Here’s the thing about all the exhaustion and struggle, the sacrifice that goes into saving up money to fly over to another country – money that you may or may not make back (most likely not) at the end of the tour. The show has to be worth it. A bad show will leave you, or will leave Tunabunny at any rate, crushed and broken nearly to the point of despair. This can be a bit nerve-wracking, but it makes you put everything you have into what you’re doing. You don’t get too drunk to play. You make sure you’re prepared to play the show. In short, you put everything into it. You end the set sweaty and collapsed in a heap. If we weren’t using Shrag’s equipment, all of it would be upended and all over the floor.

We start playing and people are dancing and screaming. There’s a guy who looks like our friend Peter back in Athens who turns out to be someone named Jon Slade. People in Brighton like to give him hugs, but I just shake his hand and tell him it’s really nice to meet him. Everything at this point is starting to become a blur. I’m either catatonic or ranting. But everyone says the show was great. We go back to Russell’s flat and sleep fitfully for six or so hours before the alarm goes off. No sooner are we awake than Bob from Shrag answers his phone. Andy’s father passed away in the night and he may have to miss the tour. There are countless things in this world that are more important than music; a death in the family is one of them. But as I’m sitting there listening to the conversation, I can’t help wondering if the tour is over before it’s even started. Bob gets off the phone and tells us that Andy’s going to give us a call. Desperate, we offer Brigette and/or Jesse as a possible solution, even though it will double their workload. It’s trying to be helpful, trying to make things work, trying to keep things from slipping away. It’s something we’ve grown accustomed to in our three years or so of existence. Shrag, to their credit, agree to our offer, and we’re soon heading north to play London Popfest.

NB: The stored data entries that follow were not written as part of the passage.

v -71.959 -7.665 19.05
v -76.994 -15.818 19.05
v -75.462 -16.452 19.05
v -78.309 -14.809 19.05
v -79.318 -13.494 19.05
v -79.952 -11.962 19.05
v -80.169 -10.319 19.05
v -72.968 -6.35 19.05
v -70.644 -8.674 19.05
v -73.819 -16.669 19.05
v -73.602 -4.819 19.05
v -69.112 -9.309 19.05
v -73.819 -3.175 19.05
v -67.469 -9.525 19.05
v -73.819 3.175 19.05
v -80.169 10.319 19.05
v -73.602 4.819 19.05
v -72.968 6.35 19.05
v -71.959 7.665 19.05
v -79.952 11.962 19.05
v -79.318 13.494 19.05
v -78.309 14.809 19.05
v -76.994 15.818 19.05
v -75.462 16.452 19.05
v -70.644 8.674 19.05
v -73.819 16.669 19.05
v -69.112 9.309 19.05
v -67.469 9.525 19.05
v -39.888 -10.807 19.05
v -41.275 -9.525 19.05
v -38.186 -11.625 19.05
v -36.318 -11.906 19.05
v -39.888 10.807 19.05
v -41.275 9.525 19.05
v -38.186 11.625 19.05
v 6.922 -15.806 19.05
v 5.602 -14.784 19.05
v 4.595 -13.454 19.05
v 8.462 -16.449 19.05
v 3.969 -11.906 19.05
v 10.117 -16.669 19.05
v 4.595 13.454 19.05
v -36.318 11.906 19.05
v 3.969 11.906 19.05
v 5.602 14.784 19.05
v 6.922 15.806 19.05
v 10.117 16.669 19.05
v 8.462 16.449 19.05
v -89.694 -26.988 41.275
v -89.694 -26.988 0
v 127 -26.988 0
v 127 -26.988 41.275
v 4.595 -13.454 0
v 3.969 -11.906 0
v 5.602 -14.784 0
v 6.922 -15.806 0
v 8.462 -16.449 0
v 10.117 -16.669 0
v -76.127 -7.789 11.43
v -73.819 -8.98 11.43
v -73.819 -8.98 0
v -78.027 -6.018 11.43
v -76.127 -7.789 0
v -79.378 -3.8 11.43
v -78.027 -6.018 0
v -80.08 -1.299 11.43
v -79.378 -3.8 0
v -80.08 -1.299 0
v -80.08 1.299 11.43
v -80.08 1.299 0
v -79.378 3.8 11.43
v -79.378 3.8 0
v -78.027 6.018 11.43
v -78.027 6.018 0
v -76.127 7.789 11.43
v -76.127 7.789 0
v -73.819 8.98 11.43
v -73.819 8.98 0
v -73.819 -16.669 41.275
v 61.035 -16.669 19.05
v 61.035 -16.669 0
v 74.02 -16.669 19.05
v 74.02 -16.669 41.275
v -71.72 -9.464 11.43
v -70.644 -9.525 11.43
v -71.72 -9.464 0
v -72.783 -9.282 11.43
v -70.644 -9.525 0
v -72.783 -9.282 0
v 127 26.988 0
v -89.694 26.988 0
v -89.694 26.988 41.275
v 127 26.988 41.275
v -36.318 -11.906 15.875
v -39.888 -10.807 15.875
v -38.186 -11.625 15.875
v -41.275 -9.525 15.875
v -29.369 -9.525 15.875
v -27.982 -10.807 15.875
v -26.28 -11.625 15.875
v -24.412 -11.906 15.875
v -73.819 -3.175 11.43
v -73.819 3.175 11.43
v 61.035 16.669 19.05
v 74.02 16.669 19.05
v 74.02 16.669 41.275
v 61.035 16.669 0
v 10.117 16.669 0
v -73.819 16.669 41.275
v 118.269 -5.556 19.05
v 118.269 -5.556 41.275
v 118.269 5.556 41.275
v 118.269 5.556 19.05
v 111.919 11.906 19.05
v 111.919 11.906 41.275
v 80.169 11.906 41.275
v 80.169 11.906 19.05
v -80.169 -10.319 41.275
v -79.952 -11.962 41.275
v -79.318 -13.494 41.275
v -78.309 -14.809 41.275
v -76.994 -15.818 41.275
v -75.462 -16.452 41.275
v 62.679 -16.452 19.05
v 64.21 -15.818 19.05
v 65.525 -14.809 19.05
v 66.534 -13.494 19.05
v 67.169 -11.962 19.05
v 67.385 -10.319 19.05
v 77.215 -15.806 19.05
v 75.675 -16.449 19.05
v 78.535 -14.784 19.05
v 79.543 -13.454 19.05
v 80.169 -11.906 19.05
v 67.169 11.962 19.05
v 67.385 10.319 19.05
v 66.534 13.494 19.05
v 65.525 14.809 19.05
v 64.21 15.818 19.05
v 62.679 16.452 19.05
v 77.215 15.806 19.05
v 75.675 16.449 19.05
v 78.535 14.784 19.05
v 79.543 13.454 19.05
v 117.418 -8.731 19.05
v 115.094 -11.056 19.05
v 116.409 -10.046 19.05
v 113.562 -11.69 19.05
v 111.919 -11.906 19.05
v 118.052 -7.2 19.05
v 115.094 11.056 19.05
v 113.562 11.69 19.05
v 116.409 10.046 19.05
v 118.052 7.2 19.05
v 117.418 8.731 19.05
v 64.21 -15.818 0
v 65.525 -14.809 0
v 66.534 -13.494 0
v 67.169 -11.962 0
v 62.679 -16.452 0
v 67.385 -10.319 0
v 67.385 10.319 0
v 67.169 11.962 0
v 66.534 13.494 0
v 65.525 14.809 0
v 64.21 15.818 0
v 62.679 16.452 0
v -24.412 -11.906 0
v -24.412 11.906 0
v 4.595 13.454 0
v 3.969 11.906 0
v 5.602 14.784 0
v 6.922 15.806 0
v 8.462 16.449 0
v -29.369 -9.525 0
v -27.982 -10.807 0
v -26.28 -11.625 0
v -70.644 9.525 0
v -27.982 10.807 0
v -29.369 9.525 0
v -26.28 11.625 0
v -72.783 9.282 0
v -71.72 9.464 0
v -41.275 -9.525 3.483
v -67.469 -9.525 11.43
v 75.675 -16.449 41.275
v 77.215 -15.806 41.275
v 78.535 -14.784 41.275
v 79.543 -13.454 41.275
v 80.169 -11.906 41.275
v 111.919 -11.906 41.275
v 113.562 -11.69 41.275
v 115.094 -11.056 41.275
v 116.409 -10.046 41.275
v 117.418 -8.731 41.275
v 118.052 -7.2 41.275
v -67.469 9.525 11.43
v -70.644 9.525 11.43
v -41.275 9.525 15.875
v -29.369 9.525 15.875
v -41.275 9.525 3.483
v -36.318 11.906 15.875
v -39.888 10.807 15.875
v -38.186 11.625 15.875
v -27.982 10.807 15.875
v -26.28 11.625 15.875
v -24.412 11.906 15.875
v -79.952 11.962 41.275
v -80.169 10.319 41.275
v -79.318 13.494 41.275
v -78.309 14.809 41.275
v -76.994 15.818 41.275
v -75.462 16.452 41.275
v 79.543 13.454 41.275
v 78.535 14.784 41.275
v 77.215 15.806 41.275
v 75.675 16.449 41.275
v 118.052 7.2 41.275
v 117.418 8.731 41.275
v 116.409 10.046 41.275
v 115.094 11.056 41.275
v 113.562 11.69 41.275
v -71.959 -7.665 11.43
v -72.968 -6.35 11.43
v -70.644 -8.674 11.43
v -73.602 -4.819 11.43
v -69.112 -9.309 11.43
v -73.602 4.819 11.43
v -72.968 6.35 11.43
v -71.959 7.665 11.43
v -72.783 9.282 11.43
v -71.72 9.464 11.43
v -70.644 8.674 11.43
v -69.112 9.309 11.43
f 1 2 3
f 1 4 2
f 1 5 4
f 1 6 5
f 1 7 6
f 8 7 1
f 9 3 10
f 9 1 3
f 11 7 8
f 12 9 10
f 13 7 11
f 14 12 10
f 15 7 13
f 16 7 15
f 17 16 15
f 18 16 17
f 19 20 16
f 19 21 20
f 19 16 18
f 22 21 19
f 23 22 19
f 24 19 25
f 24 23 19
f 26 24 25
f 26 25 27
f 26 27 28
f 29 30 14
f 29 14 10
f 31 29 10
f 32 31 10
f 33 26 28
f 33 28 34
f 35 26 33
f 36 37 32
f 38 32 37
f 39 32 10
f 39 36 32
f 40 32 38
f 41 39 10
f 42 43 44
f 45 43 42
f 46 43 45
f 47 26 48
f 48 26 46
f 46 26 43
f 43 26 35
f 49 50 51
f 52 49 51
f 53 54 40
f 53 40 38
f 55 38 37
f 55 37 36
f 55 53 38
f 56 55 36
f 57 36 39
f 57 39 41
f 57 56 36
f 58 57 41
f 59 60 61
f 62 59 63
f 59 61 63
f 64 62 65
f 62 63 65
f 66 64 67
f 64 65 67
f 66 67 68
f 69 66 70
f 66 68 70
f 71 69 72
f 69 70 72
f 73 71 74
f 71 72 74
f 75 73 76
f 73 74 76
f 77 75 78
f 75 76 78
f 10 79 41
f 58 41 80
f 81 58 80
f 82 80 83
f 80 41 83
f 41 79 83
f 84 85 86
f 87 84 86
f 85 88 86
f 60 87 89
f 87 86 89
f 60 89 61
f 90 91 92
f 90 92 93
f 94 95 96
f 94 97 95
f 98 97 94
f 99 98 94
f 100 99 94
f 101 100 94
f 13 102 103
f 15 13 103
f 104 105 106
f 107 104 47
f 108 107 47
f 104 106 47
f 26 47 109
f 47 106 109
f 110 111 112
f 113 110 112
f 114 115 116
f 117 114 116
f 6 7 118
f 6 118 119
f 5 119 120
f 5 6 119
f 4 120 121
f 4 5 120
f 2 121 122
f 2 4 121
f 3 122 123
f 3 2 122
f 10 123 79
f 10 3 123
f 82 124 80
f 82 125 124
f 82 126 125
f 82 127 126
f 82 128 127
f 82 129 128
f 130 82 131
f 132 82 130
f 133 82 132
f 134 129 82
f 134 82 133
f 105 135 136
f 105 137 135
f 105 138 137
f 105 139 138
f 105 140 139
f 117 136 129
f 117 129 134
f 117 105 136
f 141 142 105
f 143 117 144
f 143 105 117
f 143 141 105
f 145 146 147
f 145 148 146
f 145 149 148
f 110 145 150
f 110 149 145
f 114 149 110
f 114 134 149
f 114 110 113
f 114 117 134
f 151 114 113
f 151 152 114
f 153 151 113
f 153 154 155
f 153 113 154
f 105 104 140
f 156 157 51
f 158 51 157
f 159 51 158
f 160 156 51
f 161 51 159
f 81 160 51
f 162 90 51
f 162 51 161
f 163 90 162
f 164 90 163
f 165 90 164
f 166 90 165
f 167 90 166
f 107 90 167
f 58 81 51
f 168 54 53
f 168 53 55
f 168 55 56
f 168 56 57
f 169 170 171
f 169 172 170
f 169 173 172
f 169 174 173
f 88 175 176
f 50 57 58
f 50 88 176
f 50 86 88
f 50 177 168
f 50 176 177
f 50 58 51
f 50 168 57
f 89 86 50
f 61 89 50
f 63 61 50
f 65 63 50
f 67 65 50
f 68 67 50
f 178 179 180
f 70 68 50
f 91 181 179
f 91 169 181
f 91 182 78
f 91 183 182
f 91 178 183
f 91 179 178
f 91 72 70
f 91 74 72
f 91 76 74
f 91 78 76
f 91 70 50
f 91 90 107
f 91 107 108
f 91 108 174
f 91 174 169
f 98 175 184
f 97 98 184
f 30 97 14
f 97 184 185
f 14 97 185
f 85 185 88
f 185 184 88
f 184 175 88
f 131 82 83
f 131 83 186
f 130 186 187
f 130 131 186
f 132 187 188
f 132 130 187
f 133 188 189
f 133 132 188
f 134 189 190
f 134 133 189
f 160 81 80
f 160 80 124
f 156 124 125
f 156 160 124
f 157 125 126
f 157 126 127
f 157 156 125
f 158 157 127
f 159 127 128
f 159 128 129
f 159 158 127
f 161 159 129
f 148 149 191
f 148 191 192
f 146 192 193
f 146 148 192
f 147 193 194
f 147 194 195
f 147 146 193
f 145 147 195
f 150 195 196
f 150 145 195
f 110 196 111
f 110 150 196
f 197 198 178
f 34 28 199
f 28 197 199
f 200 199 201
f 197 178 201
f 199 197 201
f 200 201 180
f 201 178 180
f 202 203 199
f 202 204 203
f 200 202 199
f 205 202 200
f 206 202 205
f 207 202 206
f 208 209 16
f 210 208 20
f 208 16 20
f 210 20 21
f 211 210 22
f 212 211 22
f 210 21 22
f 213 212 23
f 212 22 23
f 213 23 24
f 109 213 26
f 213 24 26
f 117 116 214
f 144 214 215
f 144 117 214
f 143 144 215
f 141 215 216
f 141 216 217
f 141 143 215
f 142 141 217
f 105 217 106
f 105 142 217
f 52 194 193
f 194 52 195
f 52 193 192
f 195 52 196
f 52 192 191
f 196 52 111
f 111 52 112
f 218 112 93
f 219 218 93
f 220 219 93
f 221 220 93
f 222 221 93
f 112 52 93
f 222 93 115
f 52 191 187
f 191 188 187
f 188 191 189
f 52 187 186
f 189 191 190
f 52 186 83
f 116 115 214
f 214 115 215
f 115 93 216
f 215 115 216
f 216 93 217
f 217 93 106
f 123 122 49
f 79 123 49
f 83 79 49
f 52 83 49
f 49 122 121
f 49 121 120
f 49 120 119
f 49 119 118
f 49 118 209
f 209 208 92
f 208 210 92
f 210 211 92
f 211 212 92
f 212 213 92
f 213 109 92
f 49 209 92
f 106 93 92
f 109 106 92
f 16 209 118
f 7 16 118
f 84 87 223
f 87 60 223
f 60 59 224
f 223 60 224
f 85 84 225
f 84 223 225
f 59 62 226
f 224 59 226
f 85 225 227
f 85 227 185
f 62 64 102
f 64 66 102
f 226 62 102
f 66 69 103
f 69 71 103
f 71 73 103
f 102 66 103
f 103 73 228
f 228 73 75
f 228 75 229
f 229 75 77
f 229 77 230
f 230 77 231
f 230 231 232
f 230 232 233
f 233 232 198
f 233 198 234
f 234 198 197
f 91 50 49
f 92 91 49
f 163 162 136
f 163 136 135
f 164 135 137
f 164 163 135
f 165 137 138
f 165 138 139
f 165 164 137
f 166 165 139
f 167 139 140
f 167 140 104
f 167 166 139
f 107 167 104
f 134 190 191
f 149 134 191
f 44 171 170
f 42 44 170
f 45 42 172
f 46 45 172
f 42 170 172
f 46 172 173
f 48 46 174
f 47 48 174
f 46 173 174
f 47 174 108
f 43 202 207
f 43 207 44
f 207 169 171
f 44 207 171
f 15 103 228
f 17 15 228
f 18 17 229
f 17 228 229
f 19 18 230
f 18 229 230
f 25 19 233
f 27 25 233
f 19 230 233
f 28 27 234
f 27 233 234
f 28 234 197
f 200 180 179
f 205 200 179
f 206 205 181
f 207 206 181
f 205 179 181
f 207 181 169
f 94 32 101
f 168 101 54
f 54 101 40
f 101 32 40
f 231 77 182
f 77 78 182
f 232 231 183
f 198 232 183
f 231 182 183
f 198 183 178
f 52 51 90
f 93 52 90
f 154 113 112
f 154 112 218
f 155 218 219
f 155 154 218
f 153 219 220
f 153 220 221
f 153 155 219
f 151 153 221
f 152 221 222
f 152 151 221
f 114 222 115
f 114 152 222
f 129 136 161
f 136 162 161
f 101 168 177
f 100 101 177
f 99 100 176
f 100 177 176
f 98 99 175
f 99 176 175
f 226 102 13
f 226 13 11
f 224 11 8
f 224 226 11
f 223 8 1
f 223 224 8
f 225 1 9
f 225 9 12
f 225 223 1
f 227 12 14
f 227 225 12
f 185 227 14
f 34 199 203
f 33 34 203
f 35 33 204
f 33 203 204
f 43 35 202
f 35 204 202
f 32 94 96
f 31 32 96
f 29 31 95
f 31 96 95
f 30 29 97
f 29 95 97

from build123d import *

# Parameters (mm, degrees)
F0_W         = 254
F0_H         = 53.975
F1_DEPTH     = 41.275
F3_DEPTH     = 22.225
F4_T1_DEPTH  = 38.1
F4_T3_DEPTH  = 37.5959026553
F6_DEPTH     = 11.43
F8_DEPTH     = 41.276
F9_T1_DEPTH  = 19.05
F9_T3_DEPTH  = 7.62
F10_W        = 37.30625
F10_H        = 41.275
F11_DEPTH    = 53.976
F12_W        = 19.05
F12_H        = 2.38125
F13_DEPTH    = 3.175
F14_T1_DEPTH = 15.5674179031


# Not quite as in the source:
# - a fillet or chamfer that OpenCascade refuses, or shapes differently, is made with other operations: its cross-section is extruded or revolved along the edge and cut away or added


with BuildPart() as f1:
    # F0 (on Top) → F1 (new body)
    with BuildSketch(Plane.XY):
        Rectangle(F0_W, F0_H)
    extrude(amount=F1_DEPTH)

    # F2 (on face) → F3 (cut)
    with BuildSketch(Plane.XY.offset(41.275)):
        Polygon((-80.16875, 16.66875), (-80.16875, -16.66875), (80.16875, -16.66875), (80.16875, -11.90625), (118.26875, -11.90625), (118.26875, 11.90625), (80.16875, 11.90625), (80.16875, 16.66875), align=None)
    extrude(amount=-F3_DEPTH, mode=Mode.SUBTRACT)

    # F4: fillet of radius 6.35 on 6 edges, made by hand

    # F4_s2 → F4_t1 (join)
    with BuildSketch(Plane.XY.offset(3.175)):
        with BuildLine():
            ThreePointArc((-80.16875, -10.31875), (-78.3088780605, -14.8088780605), (-73.81875, -16.66875))
            Line((-73.81875, -16.66875), (-80.16875, -16.66875))
            Line((-80.16875, -16.66875), (-80.16875, -10.31875))
        make_face()
        with BuildLine():
            ThreePointArc((111.91875, -11.90625), (116.4088780605, -10.0463780605), (118.26875, -5.55625))
            Line((118.26875, -5.55625), (118.26875, -11.90625))
            Line((118.26875, -11.90625), (111.91875, -11.90625))
        make_face()
        with BuildLine():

Some of us at least. Shrag needs us to drive some of their equipment up to London, which doesn’t leave room in the car for three of us. So they take the train up with Bob. Brigette and I drive to the show ourselves and we all meet up at The Grosvenor pub just north of Brixton. We go looking for dinner and quickly recognize we’re in a bad neighborhood, so everyone heads back to the pub and Mike and I, the largest and most street-wise of the Tunabunny party, head off and bring a pizza back for everyone. The Popfest gig is wonderful, getting to see Brigette and Jesse drum together. And our set is a rush of giggles and devastation. We get called back for the second encore we’ve ever done, though not before I jokingly ask if this is the famous English sarcasm coming out. We sell shitloads of records and are feeling great. Helen does the worst job of navigating me back to her flat imaginable, but it still manages to be hilarious fun. We meet Brigette and Steph there and we all stay up talking until three in the morning, which turns out to be a colossal mistake on my part.